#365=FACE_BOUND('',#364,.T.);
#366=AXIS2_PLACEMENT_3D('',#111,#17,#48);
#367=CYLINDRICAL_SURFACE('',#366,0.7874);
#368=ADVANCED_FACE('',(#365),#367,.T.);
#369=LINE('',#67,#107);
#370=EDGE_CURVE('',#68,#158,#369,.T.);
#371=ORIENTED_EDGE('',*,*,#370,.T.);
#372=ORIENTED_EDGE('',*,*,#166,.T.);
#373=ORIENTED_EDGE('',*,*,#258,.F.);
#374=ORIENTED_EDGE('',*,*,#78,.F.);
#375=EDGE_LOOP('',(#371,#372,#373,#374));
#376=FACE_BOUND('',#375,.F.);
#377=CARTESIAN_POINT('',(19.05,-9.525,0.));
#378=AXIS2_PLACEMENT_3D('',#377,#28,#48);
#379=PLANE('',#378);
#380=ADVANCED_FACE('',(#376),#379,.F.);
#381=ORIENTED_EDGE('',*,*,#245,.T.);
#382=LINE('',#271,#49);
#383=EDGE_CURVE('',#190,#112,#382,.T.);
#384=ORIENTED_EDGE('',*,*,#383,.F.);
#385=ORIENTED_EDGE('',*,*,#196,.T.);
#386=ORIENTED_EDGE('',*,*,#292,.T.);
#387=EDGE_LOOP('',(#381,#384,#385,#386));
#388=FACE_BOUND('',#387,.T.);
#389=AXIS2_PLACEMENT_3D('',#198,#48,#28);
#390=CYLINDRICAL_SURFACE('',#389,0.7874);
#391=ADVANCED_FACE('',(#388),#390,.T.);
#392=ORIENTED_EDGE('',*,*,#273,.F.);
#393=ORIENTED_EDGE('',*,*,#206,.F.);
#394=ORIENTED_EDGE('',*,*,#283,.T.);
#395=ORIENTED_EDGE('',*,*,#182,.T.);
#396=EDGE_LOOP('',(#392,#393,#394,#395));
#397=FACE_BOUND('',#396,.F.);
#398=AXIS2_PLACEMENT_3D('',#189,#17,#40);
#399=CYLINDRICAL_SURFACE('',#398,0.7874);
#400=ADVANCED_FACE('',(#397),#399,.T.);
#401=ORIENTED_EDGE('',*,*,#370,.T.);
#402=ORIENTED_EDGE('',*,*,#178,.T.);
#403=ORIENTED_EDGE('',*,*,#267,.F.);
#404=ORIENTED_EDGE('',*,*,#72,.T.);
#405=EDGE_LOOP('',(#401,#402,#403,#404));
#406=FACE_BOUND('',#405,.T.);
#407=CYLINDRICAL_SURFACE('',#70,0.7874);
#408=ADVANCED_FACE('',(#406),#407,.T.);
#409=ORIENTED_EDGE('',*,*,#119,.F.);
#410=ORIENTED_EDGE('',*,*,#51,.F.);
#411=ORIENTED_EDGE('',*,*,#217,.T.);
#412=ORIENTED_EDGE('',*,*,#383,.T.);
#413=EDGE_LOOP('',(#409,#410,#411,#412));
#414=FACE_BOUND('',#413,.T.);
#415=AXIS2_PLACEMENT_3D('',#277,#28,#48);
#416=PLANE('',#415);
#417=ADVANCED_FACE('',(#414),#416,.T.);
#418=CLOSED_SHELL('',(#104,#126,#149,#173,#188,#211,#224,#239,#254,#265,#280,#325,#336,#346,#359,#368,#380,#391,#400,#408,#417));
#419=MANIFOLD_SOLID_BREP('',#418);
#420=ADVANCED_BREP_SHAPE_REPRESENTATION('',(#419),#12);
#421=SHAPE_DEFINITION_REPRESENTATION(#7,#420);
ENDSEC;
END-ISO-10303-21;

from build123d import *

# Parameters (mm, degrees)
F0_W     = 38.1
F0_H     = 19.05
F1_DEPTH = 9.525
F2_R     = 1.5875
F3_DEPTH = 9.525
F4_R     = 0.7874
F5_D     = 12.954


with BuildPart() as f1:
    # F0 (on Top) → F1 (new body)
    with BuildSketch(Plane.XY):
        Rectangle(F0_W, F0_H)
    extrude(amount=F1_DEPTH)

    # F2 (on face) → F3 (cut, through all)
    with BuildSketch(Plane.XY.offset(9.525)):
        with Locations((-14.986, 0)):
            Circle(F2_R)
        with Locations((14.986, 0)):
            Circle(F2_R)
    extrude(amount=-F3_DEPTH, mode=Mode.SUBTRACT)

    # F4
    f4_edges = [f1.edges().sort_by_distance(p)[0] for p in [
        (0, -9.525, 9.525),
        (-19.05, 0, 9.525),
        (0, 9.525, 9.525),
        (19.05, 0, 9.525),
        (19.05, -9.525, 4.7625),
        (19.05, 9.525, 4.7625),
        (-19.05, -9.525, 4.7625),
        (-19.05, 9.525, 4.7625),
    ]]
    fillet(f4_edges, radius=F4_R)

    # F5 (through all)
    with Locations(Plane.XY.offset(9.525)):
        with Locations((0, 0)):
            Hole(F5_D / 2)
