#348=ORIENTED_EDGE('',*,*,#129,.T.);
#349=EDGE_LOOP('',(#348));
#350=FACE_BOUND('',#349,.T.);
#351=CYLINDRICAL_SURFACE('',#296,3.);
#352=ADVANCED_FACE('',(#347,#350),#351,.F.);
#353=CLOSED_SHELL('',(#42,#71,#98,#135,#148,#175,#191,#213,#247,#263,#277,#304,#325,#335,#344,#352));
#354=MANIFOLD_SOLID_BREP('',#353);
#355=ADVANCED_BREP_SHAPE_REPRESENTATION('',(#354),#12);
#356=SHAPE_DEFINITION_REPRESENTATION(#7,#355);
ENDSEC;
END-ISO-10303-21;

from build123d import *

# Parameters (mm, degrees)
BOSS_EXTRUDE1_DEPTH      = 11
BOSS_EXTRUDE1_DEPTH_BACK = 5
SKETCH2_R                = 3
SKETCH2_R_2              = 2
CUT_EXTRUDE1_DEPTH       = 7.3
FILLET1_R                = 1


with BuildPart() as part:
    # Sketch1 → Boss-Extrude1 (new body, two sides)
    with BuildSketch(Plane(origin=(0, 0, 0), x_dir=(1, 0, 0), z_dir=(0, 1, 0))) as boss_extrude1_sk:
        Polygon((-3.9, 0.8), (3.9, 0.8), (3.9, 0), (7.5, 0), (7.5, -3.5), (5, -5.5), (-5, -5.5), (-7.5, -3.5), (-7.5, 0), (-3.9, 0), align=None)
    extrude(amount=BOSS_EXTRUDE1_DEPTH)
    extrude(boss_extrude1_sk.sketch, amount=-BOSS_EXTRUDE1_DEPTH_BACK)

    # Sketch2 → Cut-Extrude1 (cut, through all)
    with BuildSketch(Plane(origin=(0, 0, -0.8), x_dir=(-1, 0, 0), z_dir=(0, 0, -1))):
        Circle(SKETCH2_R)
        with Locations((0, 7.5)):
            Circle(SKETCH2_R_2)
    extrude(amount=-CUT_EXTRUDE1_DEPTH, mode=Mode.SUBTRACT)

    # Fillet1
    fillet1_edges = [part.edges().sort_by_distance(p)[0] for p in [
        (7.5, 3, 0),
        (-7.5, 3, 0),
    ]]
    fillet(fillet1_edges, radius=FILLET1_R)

What this task involves: Which lines run from the one with "extrude(amount=BOSS_EXTRUDE1_DEPTH)" through the end of the listing above? Restate them word for word, with nothing else.

The answer:
    extrude(amount=BOSS_EXTRUDE1_DEPTH)
    extrude(boss_extrude1_sk.sketch, amount=-BOSS_EXTRUDE1_DEPTH_BACK)

    # Sketch2 → Cut-Extrude1 (cut, through all)
    with BuildSketch(Plane(origin=(0, 0, -0.8), x_dir=(-1, 0, 0), z_dir=(0, 0, -1))):
        Circle(SKETCH2_R)
        with Locations((0, 7.5)):
            Circle(SKETCH2_R_2)
    extrude(amount=-CUT_EXTRUDE1_DEPTH, mode=Mode.SUBTRACT)

    # Fillet1
    fillet1_edges = [part.edges().sort_by_distance(p)[0] for p in [
        (7.5, 3, 0),
        (-7.5, 3, 0),
    ]]
    fillet(fillet1_edges, radius=FILLET1_R)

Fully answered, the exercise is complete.